### Prompt:
Please return each record exactly, leaving nothing out.

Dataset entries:
※

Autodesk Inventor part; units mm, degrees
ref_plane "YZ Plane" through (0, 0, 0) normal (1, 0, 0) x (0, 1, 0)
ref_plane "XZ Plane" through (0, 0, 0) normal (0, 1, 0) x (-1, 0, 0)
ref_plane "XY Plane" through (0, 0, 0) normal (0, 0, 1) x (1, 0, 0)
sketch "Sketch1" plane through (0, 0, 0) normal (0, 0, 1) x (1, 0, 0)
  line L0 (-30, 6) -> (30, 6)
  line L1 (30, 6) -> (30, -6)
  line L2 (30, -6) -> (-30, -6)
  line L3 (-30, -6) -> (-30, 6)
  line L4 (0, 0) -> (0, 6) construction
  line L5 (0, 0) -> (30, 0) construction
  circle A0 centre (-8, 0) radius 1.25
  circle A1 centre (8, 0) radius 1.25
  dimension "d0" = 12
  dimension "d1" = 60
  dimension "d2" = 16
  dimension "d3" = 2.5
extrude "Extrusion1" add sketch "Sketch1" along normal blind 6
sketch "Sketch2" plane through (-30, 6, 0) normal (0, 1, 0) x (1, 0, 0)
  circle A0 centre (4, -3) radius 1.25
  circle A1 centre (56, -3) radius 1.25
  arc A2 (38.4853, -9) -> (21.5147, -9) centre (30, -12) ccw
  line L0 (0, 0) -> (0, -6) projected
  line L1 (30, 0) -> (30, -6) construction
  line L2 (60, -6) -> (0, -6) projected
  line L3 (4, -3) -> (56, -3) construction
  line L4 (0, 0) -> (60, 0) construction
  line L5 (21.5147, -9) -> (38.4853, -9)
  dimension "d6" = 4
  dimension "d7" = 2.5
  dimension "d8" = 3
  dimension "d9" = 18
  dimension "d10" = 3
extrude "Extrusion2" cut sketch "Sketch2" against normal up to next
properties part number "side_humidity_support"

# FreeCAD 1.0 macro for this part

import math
import FreeCAD as App
import Part
import Sketcher

V = App.Vector
Q = App.Units.Quantity

doc = App.newDocument("Part")
params = doc.addObject("Spreadsheet::Sheet", "Params")
for row, (alias, value) in enumerate([
    ("sketch1_diameter", "2.5 mm"),
    ("sketch1_width", "60 mm"),
    ("sketch1_height", "12 mm"),
    ("pad1_length", "6 mm"),
    ("sketch2_radius", "9 mm"),
    ("sketch2_diameter", "2.5 mm"),
    ("pocket1_length", "12 mm"),
], start=1):
    params.set(f"A{row}", alias)
    params.set(f"B{row}", "=" + value)
    params.setAlias(f"B{row}", alias)

body = doc.addObject("PartDesign::Body", "Body")

# Sketch on XY plane
sketch1 = body.newObject("Sketcher::SketchObject", "Sketch")
sketch1.AttachmentSupport = (doc.getObject("XY_Plane"), [""])
sketch1.MapMode = "FlatFace"
sketch1.addGeometry(Part.LineSegment(V(30, 6, 0), V(-30, 6, 0)), False)
sketch1.addGeometry(Part.LineSegment(V(-30, 6, 0), V(-30, -6, 0)), False)
sketch1.addGeometry(Part.LineSegment(V(-30, -6, 0), V(30, -6, 0)), False)
sketch1.addGeometry(Part.LineSegment(V(30, -6, 0), V(30, 6, 0)), False)
sketch1.addGeometry(Part.Circle(V(-8, 0, 0), V(0, 0, 1), 1.25), False)
sketch1.addGeometry(Part.Circle(V(8, 0, 0), V(0, 0, 1), 1.25), False)
sketch1.addConstraint(Sketcher.Constraint("Coincident", 0, 2, 1, 1))
sketch1.addConstraint(Sketcher.Constraint("Coincident", 1, 2, 2, 1))
sketch1.addConstraint(Sketcher.Constraint("Coincident", 2, 2, 3, 1))
sketch1.addConstraint(Sketcher.Constraint("Coincident", 3, 2, 0, 1))
sketch1.addConstraint(Sketcher.Constraint("Horizontal", 0))
sketch1.addConstraint(Sketcher.Constraint("Vertical", 1))
sketch1.addConstraint(Sketcher.Constraint("Horizontal", 2))
sketch1.addConstraint(Sketcher.Constraint("Vertical", 3))
sketch1.addConstraint(Sketcher.Constraint("Equal", 4, 5))
sketch1.addConstraint(Sketcher.Constraint("Symmetric", 4, 3, 5, 3, -1, 1))
sketch1.addConstraint(Sketcher.Constraint("Symmetric", 0, 2, 2, 2, -1, 1))
sketch1.addConstraint(Sketcher.Constraint("PointOnObject", 4, 3, -1))
sketch1.addConstraint(Sketcher.Constraint("Diameter", 4, Q("2.5 mm")))
sketch1.addConstraint(Sketcher.Constraint("DistanceX", 0, 2, 0, 1, Q("60 mm")))
sketch1.addConstraint(Sketcher.Constraint("DistanceY", 1, 2, 1, 1, Q("12 mm")))
sketch1.addConstraint(Sketcher.Constraint("DistanceX", 4, 3, 5, 3, Q("16 mm")))
sketch1.setExpression("Constraints[12]", "Params.sketch1_diameter")
sketch1.setExpression("Constraints[13]", "Params.sketch1_width")
sketch1.setExpression("Constraints[14]", "Params.sketch1_height")
pad1 = body.newObject("PartDesign::Pad", "Pad")
pad1.Profile = sketch1
pad1.setExpression("Length", "Params.pad1_length")

# Sketch on XZ plane
sketch2 = body.newObject("Sketcher::SketchObject", "Sketch001")
sketch2.AttachmentSupport = (doc.getObject("XZ_Plane"), [""])
sketch2.MapMode = "FlatFace"
sketch2.AttachmentOffset = App.Placement(V(0, 0, -6), App.Rotation())
sketch2.addGeometry(Part.Circle(V(-26, 3, 0), V(0, 0, 1), 1.25), False)
sketch2.addGeometry(Part.Circle(V(26, 3, 0), V(0, 0, 1), 1.25), False)
sketch2.addGeometry(Part.LineSegment(V(-8.4853, 9, 0), V(8.4853, 9, 0)), False)
sketch2.addGeometry(Part.ArcOfCircle(Part.Circle(V(0, 12, 0), V(0, 0, 1), 9.000018), math.radians(-160.528819), math.radians(-19.471181)), False)
sketch2.addConstraint(Sketcher.Constraint("Coincident", 2, 1, 3, 1))
sketch2.addConstraint(Sketcher.Constraint("Coincident", 3, 2, 2, 2))
sketch2.addConstraint(Sketcher.Constraint("Horizontal", 2))
sketch2.addConstraint(Sketcher.Constraint("Equal", 0, 1))
sketch2.addConstraint(Sketcher.Constraint("Symmetric", 0, 3, 1, 3, -2))
sketch2.addConstraint(Sketcher.Constraint("PointOnObject", 3, 3, -2))
sketch2.addConstraint(Sketcher.Constraint("Radius", 3, Q("9 mm")))
sketch2.addConstraint(Sketcher.Constraint("Diameter", 0, Q("2.5 mm")))
sketch2.addConstraint(Sketcher.Constraint("DistanceY", -1, 1, 0, 3, Q("3 mm")))
sketch2.addConstraint(Sketcher.Constraint("DistanceY", 2, 1, 3, 3, Q("3 mm")))
sketch2.addConstraint(Sketcher.Constraint("DistanceX", 0, 3, -1, 1, Q("26 mm")))
sketch2.addConstraint(Sketcher.Constraint("DistanceY", -1, 1, 3, 3, Q("12 mm")))
sketch2.setExpression("Constraints[6]", "Params.sketch2_radius")
sketch2.setExpression("Constraints[7]", "Params.sketch2_diameter")
pocket1 = body.newObject("PartDesign::Pocket", "Pocket")
pocket1.Profile = sketch2
pocket1.setExpression("Length", "Params.pocket1_length")
pocket1.Reversed = True

doc.recompute()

※

### Output for this exercise:
Autodesk Inventor part; units mm, degrees
ref_plane "YZ Plane" through (0, 0, 0) normal (1, 0, 0) x (0, 1, 0)
ref_plane "XZ Plane" through (0, 0, 0) normal (0, 1, 0) x (-1, 0, 0)
ref_plane "XY Plane" through (0, 0, 0) normal (0, 0, 1) x (1, 0, 0)
sketch "Sketch1" plane through (0, 0, 0) normal (0, 0, 1) x (1, 0, 0)
  line L0 (-30, 6) -> (30, 6)
  line L1 (30, 6) -> (30, -6)
  line L2 (30, -6) -> (-30, -6)
  line L3 (-30, -6) -> (-30, 6)
  line L4 (0, 0) -> (0, 6) construction
  line L5 (0, 0) -> (30, 0) construction
  circle A0 centre (-8, 0) radius 1.25
  circle A1 centre (8, 0) radius 1.25
  dimension "d0" = 12
  dimension "d1" = 60
  dimension "d2" = 16
  dimension "d3" = 2.5
extrude "Extrusion1" add sketch "Sketch1" along normal blind 6
sketch "Sketch2" plane through (-30, 6, 0) normal (0, 1, 0) x (1, 0, 0)
  circle A0 centre (4, -3) radius 1.25
  circle A1 centre (56, -3) radius 1.25
  arc A2 (38.4853, -9) -> (21.5147, -9) centre (30, -12) ccw
  line L0 (0, 0) -> (0, -6) projected
  line L1 (30, 0) -> (30, -6) construction
  line L2 (60, -6) -> (0, -6) projected
  line L3 (4, -3) -> (56, -3) construction
  line L4 (0, 0) -> (60, 0) construction
  line L5 (21.5147, -9) -> (38.4853, -9)
  dimension "d6" = 4
  dimension "d7" = 2.5
  dimension "d8" = 3
  dimension "d9" = 18
  dimension "d10" = 3
extrude "Extrusion2" cut sketch "Sketch2" against normal up to next
properties part number "side_humidity_support"

# FreeCAD 1.0 macro for this part

import math
import FreeCAD as App
import Part
import Sketcher

V = App.Vector
Q = App.Units.Quantity

doc = App.newDocument("Part")
params = doc.addObject("Spreadsheet::Sheet", "Params")
for row, (alias, value) in enumerate([
    ("sketch1_diameter", "2.5 mm"),
    ("sketch1_width", "60 mm"),
    ("sketch1_height", "12 mm"),
    ("pad1_length", "6 mm"),
    ("sketch2_radius", "9 mm"),
    ("sketch2_diameter", "2.5 mm"),
    ("pocket1_length", "12 mm"),
], start=1):
    params.set(f"A{row}", alias)
    params.set(f"B{row}", "=" + value)
    params.setAlias(f"B{row}", alias)

body = doc.addObject("PartDesign::Body", "Body")

# Sketch on XY plane
sketch1 = body.newObject("Sketcher::SketchObject", "Sketch")
sketch1.AttachmentSupport = (doc.getObject("XY_Plane"), [""])
sketch1.MapMode = "FlatFace"
sketch1.addGeometry(Part.LineSegment(V(30, 6, 0), V(-30, 6, 0)), False)
sketch1.addGeometry(Part.LineSegment(V(-30, 6, 0), V(-30, -6, 0)), False)
sketch1.addGeometry(Part.LineSegment(V(-30, -6, 0), V(30, -6, 0)), False)
sketch1.addGeometry(Part.LineSegment(V(30, -6, 0), V(30, 6, 0)), False)
sketch1.addGeometry(Part.Circle(V(-8, 0, 0), V(0, 0, 1), 1.25), False)
sketch1.addGeometry(Part.Circle(V(8, 0, 0), V(0, 0, 1), 1.25), False)
sketch1.addConstraint(Sketcher.Constraint("Coincident", 0, 2, 1, 1))
sketch1.addConstraint(Sketcher.Constraint("Coincident", 1, 2, 2, 1))
sketch1.addConstraint(Sketcher.Constraint("Coincident", 2, 2, 3, 1))
sketch1.addConstraint(Sketcher.Constraint("Coincident", 3, 2, 0, 1))
sketch1.addConstraint(Sketcher.Constraint("Horizontal", 0))
sketch1.addConstraint(Sketcher.Constraint("Vertical", 1))
sketch1.addConstraint(Sketcher.Constraint("Horizontal", 2))
sketch1.addConstraint(Sketcher.Constraint("Vertical", 3))
sketch1.addConstraint(Sketcher.Constraint("Equal", 4, 5))
sketch1.addConstraint(Sketcher.Constraint("Symmetric", 4, 3, 5, 3, -1, 1))
sketch1.addConstraint(Sketcher.Constraint("Symmetric", 0, 2, 2, 2, -1, 1))
sketch1.addConstraint(Sketcher.Constraint("PointOnObject", 4, 3, -1))
sketch1.addConstraint(Sketcher.Constraint("Diameter", 4, Q("2.5 mm")))
sketch1.addConstraint(Sketcher.Constraint("DistanceX", 0, 2, 0, 1, Q("60 mm")))
sketch1.addConstraint(Sketcher.Constraint("DistanceY", 1, 2, 1, 1, Q("12 mm")))
sketch1.addConstraint(Sketcher.Constraint("DistanceX", 4, 3, 5, 3, Q("16 mm")))
sketch1.setExpression("Constraints[12]", "Params.sketch1_diameter")
sketch1.setExpression("Constraints[13]", "Params.sketch1_width")
sketch1.setExpression("Constraints[14]", "Params.sketch1_height")
pad1 = body.newObject("PartDesign::Pad", "Pad")
pad1.Profile = sketch1
pad1.setExpression("Length", "Params.pad1_length")

# Sketch on XZ plane
sketch2 = body.newObject("Sketcher::SketchObject", "Sketch001")
sketch2.AttachmentSupport = (doc.getObject("XZ_Plane"), [""])
sketch2.MapMode = "FlatFace"
sketch2.AttachmentOffset = App.Placement(V(0, 0, -6), App.Rotation())
sketch2.addGeometry(Part.Circle(V(-26, 3, 0), V(0, 0, 1), 1.25), False)
sketch2.addGeometry(Part.Circle(V(26, 3, 0), V(0, 0, 1), 1.25), False)
sketch2.addGeometry(Part.LineSegment(V(-8.4853, 9, 0), V(8.4853, 9, 0)), False)
sketch2.addGeometry(Part.ArcOfCircle(Part.Circle(V(0, 12, 0), V(0, 0, 1), 9.000018), math.radians(-160.528819), math.radians(-19.471181)), False)
sketch2.addConstraint(Sketcher.Constraint("Coincident", 2, 1, 3, 1))
sketch2.addConstraint(Sketcher.Constraint("Coincident", 3, 2, 2, 2))
sketch2.addConstraint(Sketcher.Constraint("Horizontal", 2))
sketch2.addConstraint(Sketcher.Constraint("Equal", 0, 1))
sketch2.addConstraint(Sketcher.Constraint("Symmetric", 0, 3, 1, 3, -2))
sketch2.addConstraint(Sketcher.Constraint("PointOnObject", 3, 3, -2))
sketch2.addConstraint(Sketcher.Constraint("Radius", 3, Q("9 mm")))
sketch2.addConstraint(Sketcher.Constraint("Diameter", 0, Q("2.5 mm")))
sketch2.addConstraint(Sketcher.Constraint("DistanceY", -1, 1, 0, 3, Q("3 mm")))
sketch2.addConstraint(Sketcher.Constraint("DistanceY", 2, 1, 3, 3, Q("3 mm")))
sketch2.addConstraint(Sketcher.Constraint("DistanceX", 0, 3, -1, 1, Q("26 mm")))
sketch2.addConstraint(Sketcher.Constraint("DistanceY", -1, 1, 3, 3, Q("12 mm")))
sketch2.setExpression("Constraints[6]", "Params.sketch2_radius")
sketch2.setExpression("Constraints[7]", "Params.sketch2_diameter")
pocket1 = body.newObject("PartDesign::Pocket", "Pocket")
pocket1.Profile = sketch2
pocket1.setExpression("Length", "Params.pocket1_length")
pocket1.Reversed = True

doc.recompute()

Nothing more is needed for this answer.